Records from a collection
•••

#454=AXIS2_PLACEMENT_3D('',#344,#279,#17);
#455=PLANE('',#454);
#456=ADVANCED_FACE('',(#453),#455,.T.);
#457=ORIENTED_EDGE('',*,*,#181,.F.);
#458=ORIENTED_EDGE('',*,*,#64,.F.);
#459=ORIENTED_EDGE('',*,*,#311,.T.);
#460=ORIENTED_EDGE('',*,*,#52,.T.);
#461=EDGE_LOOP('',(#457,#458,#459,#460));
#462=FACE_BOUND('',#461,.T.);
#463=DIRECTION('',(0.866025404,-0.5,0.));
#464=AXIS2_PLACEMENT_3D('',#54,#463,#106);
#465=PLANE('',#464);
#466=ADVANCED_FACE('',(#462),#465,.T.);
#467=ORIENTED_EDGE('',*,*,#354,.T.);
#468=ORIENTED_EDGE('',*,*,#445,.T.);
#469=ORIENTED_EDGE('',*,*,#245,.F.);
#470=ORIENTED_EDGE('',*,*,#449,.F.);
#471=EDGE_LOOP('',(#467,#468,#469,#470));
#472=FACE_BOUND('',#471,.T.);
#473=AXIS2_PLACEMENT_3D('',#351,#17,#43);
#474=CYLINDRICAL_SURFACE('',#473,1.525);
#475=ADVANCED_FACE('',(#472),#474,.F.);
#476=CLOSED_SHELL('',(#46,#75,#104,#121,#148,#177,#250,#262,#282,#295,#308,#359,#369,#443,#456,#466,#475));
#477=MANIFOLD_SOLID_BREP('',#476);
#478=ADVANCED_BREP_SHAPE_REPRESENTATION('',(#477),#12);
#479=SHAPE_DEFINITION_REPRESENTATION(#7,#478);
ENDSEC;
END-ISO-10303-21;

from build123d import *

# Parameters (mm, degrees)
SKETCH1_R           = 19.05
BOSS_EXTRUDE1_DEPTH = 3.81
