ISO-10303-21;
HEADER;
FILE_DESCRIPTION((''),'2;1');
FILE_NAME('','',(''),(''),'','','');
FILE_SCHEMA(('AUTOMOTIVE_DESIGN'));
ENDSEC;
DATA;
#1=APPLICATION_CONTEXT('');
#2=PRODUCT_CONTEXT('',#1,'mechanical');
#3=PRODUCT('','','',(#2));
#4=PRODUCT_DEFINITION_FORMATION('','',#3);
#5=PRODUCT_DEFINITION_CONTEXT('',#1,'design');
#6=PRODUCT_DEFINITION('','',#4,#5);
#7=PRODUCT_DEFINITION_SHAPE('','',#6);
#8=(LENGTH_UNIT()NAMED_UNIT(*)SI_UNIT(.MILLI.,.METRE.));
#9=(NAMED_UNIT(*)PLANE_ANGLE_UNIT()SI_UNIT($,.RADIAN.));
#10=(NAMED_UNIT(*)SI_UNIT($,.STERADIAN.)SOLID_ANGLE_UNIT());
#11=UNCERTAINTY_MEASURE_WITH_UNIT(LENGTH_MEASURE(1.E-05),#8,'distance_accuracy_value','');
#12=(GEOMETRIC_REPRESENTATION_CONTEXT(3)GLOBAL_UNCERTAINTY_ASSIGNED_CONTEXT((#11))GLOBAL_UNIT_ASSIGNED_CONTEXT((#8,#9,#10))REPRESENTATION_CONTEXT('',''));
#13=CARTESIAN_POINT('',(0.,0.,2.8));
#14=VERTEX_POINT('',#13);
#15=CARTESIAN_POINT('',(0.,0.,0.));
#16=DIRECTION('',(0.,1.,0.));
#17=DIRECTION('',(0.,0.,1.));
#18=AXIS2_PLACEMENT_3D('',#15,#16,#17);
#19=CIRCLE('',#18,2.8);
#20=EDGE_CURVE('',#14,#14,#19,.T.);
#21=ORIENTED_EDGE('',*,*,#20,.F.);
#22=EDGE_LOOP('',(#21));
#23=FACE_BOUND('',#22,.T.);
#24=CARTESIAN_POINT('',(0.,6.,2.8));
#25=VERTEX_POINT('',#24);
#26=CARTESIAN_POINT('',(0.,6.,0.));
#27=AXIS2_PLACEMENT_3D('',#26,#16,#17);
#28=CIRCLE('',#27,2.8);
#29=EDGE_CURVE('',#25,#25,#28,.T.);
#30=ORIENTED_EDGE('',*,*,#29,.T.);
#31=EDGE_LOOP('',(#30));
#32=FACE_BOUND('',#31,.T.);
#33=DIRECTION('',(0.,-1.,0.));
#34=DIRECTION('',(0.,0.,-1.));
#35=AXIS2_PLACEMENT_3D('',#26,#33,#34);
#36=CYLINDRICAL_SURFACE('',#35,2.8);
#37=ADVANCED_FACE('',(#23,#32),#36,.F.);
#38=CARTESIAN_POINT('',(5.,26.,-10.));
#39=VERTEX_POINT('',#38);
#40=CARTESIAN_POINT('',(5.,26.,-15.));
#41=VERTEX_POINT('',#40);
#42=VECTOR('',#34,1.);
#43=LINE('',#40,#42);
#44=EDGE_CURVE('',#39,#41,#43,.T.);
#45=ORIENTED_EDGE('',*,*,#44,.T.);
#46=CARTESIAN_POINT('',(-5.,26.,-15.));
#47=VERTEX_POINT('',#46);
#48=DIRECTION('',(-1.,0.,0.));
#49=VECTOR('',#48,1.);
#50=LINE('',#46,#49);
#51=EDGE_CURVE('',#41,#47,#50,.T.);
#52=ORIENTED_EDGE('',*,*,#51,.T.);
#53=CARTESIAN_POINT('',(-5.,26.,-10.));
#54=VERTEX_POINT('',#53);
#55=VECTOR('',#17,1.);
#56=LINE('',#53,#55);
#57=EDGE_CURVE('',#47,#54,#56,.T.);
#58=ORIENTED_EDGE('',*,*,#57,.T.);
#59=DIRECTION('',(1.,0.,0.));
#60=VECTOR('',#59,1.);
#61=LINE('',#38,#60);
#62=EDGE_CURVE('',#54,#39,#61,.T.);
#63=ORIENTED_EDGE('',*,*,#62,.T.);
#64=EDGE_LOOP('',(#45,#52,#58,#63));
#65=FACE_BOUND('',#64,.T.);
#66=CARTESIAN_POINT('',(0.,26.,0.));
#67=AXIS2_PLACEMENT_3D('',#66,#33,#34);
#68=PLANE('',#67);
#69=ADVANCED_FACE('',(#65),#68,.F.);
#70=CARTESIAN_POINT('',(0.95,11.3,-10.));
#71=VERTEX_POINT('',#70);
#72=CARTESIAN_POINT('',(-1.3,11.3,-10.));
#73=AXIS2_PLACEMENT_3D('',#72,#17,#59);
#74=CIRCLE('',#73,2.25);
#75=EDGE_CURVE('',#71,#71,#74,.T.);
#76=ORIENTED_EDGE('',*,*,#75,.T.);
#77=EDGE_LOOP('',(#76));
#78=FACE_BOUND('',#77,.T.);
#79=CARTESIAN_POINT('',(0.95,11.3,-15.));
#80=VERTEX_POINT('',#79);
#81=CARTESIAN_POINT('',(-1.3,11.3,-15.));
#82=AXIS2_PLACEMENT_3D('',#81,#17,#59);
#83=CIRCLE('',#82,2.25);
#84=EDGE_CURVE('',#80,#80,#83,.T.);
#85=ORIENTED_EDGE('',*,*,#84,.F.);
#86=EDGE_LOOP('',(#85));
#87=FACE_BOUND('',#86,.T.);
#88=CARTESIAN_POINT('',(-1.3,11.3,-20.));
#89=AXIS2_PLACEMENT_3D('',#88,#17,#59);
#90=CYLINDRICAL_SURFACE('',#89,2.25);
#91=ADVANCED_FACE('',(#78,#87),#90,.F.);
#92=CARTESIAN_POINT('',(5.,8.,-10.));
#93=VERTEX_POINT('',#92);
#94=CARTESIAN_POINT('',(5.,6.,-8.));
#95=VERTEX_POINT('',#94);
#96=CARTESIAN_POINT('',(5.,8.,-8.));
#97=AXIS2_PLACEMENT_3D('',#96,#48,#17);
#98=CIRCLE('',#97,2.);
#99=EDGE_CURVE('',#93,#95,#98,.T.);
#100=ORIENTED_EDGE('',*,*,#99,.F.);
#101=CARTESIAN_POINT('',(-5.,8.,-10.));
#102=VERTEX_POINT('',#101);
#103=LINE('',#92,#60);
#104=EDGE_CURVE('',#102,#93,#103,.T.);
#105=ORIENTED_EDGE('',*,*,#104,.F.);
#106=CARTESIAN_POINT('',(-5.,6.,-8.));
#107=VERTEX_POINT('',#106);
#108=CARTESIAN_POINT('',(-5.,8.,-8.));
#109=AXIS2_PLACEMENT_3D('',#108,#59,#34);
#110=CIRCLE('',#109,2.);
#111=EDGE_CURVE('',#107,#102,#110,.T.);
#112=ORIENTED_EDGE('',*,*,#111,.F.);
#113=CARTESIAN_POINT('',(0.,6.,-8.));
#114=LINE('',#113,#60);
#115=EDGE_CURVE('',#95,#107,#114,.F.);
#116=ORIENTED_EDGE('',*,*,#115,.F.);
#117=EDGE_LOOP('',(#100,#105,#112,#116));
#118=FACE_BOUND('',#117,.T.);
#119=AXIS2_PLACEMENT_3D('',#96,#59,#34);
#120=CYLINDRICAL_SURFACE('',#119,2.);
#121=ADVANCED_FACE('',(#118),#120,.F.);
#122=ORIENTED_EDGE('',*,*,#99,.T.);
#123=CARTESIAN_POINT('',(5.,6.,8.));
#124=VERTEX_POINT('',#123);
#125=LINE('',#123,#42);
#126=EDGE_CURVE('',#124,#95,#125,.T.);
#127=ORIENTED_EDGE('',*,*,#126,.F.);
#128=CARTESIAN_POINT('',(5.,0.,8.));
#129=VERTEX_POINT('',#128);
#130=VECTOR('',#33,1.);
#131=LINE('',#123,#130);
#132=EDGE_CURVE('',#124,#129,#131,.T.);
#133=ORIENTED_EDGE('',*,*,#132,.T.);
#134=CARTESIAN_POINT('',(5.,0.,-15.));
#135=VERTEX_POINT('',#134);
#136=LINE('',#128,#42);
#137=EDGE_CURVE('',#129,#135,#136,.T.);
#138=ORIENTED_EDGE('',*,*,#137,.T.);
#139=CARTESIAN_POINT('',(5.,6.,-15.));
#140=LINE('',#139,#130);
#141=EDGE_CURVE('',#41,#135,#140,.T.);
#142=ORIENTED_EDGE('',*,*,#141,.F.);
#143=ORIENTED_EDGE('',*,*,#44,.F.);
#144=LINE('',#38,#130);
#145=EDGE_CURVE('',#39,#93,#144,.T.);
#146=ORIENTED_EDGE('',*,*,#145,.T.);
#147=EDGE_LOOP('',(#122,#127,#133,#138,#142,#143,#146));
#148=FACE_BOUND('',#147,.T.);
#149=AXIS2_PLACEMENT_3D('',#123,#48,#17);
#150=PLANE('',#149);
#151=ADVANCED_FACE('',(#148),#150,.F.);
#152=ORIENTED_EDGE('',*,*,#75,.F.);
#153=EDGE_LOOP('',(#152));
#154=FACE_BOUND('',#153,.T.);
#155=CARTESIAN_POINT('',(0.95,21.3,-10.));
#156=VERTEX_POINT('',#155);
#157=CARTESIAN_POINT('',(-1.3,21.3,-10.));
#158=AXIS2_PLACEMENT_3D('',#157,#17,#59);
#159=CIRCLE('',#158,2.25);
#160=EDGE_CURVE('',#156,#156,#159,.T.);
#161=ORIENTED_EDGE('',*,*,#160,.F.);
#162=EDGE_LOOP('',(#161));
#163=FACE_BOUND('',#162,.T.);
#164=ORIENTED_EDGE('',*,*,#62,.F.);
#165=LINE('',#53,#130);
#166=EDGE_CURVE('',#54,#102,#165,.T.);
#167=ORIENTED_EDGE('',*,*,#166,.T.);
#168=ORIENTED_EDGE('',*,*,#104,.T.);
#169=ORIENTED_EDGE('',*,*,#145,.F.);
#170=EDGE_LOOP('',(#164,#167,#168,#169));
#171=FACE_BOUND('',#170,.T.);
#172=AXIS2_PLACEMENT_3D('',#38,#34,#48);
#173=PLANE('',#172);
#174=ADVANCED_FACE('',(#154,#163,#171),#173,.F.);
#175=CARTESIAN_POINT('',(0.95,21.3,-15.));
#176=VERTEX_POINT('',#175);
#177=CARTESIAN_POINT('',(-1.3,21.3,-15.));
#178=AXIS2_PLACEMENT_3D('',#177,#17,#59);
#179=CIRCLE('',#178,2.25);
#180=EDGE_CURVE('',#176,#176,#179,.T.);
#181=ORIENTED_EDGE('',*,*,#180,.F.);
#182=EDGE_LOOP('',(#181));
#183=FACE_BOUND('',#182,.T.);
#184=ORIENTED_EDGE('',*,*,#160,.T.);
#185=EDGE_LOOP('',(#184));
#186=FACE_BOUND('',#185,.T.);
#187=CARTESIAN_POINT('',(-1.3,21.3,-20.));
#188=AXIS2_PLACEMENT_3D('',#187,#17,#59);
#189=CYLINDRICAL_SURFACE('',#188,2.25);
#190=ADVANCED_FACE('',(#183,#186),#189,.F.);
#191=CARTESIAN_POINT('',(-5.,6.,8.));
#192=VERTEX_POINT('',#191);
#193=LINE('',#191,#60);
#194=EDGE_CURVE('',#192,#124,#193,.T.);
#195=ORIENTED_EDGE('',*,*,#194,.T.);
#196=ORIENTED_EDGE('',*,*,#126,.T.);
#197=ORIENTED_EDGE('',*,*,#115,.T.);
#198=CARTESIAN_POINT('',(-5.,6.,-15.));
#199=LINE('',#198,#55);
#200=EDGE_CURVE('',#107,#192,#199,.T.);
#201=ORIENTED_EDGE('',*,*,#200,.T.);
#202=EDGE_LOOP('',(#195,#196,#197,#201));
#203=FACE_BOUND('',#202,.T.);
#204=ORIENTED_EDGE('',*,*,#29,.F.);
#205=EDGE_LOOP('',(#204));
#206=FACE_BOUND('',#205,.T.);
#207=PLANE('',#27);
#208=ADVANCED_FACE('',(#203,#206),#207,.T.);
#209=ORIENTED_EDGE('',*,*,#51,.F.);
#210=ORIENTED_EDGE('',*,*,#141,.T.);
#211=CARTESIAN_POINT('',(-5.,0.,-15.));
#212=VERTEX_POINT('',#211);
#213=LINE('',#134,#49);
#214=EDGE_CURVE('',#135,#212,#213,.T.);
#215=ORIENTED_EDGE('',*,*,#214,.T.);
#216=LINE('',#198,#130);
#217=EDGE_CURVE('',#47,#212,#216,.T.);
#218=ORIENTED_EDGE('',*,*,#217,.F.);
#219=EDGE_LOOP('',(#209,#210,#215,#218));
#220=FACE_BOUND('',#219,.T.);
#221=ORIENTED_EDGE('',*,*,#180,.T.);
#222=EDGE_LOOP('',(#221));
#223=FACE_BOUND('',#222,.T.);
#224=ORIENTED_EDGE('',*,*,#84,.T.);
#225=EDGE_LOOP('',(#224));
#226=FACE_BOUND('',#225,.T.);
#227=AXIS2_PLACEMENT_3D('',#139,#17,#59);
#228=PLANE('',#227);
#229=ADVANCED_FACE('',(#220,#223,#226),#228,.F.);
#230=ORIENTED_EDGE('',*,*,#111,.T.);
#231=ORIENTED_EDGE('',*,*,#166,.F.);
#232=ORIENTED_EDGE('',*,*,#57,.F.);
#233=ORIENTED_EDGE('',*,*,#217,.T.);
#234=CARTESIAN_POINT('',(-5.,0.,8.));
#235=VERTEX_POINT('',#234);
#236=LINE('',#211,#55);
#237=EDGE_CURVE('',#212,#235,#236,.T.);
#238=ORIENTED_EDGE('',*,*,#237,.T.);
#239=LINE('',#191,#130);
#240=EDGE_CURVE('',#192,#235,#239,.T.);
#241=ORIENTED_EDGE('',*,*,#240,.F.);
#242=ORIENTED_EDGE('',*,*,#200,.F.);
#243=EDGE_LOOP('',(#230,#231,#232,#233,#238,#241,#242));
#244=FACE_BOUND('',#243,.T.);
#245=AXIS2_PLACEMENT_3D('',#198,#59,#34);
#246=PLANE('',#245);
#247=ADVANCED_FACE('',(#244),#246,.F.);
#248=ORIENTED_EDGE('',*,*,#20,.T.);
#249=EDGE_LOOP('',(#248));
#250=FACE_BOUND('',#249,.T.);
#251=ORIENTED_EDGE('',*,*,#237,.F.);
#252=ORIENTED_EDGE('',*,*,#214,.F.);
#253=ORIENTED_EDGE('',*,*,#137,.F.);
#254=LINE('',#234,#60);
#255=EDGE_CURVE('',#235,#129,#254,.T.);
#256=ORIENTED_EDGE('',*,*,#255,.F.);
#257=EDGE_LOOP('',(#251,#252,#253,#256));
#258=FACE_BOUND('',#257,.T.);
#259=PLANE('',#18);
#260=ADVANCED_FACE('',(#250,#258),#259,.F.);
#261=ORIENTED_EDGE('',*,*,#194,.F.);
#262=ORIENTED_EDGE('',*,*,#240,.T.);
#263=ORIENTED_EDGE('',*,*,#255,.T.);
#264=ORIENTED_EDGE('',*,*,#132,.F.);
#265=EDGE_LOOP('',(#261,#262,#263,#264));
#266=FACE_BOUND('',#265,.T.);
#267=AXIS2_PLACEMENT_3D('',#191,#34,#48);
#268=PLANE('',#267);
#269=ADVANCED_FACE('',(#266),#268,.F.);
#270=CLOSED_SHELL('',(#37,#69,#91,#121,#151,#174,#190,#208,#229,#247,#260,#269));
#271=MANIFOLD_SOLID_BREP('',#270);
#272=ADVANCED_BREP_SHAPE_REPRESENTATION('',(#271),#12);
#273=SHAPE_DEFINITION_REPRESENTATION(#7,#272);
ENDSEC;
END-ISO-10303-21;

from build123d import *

# Parameters (mm, degrees)
SKETCH1_W           = 10
SKETCH1_H           = 23
SKETCH1_R           = 2.8
BOSS_EXTRUDE1_DEPTH = 6
SKETCH2_W           = 10
SKETCH2_H           = 5
BOSS_EXTRUDE2_DEPTH = 20
SKETCH4_R           = 2.25
CUT_EXTRUDE1_DEPTH  = 10
FILLET1_R           = 2


with BuildPart() as part:
    # Sketch1 → Boss-Extrude1 (new body)
    with BuildSketch(Plane(origin=(0, 0, 0), x_dir=(1, 0, 0), z_dir=(0, 1, 0))):
        with Locations((0, 3.5)):
            Rectangle(SKETCH1_W, SKETCH1_H)
        with Locations(Location((0, 0, 0), (0, 0, 270))):
            Circle(SKETCH1_R, mode=Mode.SUBTRACT)
    extrude(amount=BOSS_EXTRUDE1_DEPTH)

    # Sketch2 → Boss-Extrude2 (add)
    with BuildSketch(Plane(origin=(0, 6, 0), x_dir=(1, 0, 0), z_dir=(0, 1, 0))):
        with Locations((0, 12.5)):
            Rectangle(SKETCH2_W, SKETCH2_H)
    extrude(amount=BOSS_EXTRUDE2_DEPTH)

    # Sketch4 → Cut-Extrude1 (cut)
    with BuildSketch(Plane.XY.offset(-10)):
        with Locations((-1.3, 11.3)):
            Circle(SKETCH4_R)
        with Locations((-1.3, 21.3)):
            Circle(SKETCH4_R)
    extrude(amount=-CUT_EXTRUDE1_DEPTH, mode=Mode.SUBTRACT)

    # Fillet1
    fillet1_edges = [part.edges().sort_by_distance(p)[0] for p in [
        (0, 6, -10),
    ]]
    fillet(fillet1_edges, radius=FILLET1_R)


solid = part.part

•••

== What is needed ==
Beginning at the line with "#478=ADVANCED_BREP_SHAPE_REPRESENTATION('',(#477),#12);" and stopping after the line with "#23=FACE_BOUND('',#22,.T.);", please write out every line of the data above exactly and nothing else.

== Expected answer ==
#478=ADVANCED_BREP_SHAPE_REPRESENTATION('',(#477),#12);
#479=SHAPE_DEFINITION_REPRESENTATION(#7,#478);
ENDSEC;
END-ISO-10303-21;

from build123d import *

# Parameters (mm, degrees)
SKETCH1_R           = 19.05
BOSS_EXTRUDE1_DEPTH = 3.81
ISO-10303-21;
HEADER;
FILE_DESCRIPTION((''),'2;1');
FILE_NAME('','',(''),(''),'','','');
FILE_SCHEMA(('AUTOMOTIVE_DESIGN'));
ENDSEC;
DATA;
#1=APPLICATION_CONTEXT('');
#2=PRODUCT_CONTEXT('',#1,'mechanical');
#3=PRODUCT('','','',(#2));
#4=PRODUCT_DEFINITION_FORMATION('','',#3);
#5=PRODUCT_DEFINITION_CONTEXT('',#1,'design');
#6=PRODUCT_DEFINITION('','',#4,#5);
#7=PRODUCT_DEFINITION_SHAPE('','',#6);
#8=(LENGTH_UNIT()NAMED_UNIT(*)SI_UNIT(.MILLI.,.METRE.));
#9=(NAMED_UNIT(*)PLANE_ANGLE_UNIT()SI_UNIT($,.RADIAN.));
#10=(NAMED_UNIT(*)SI_UNIT($,.STERADIAN.)SOLID_ANGLE_UNIT());
#11=UNCERTAINTY_MEASURE_WITH_UNIT(LENGTH_MEASURE(1.E-05),#8,'distance_accuracy_value','');
#12=(GEOMETRIC_REPRESENTATION_CONTEXT(3)GLOBAL_UNCERTAINTY_ASSIGNED_CONTEXT((#11))GLOBAL_UNIT_ASSIGNED_CONTEXT((#8,#9,#10))REPRESENTATION_CONTEXT('',''));
#13=CARTESIAN_POINT('',(0.,0.,2.8));
#14=VERTEX_POINT('',#13);
#15=CARTESIAN_POINT('',(0.,0.,0.));
#16=DIRECTION('',(0.,1.,0.));
#17=DIRECTION('',(0.,0.,1.));
#18=AXIS2_PLACEMENT_3D('',#15,#16,#17);
#19=CIRCLE('',#18,2.8);
#20=EDGE_CURVE('',#14,#14,#19,.T.);
#21=ORIENTED_EDGE('',*,*,#20,.F.);
#22=EDGE_LOOP('',(#21));
#23=FACE_BOUND('',#22,.T.);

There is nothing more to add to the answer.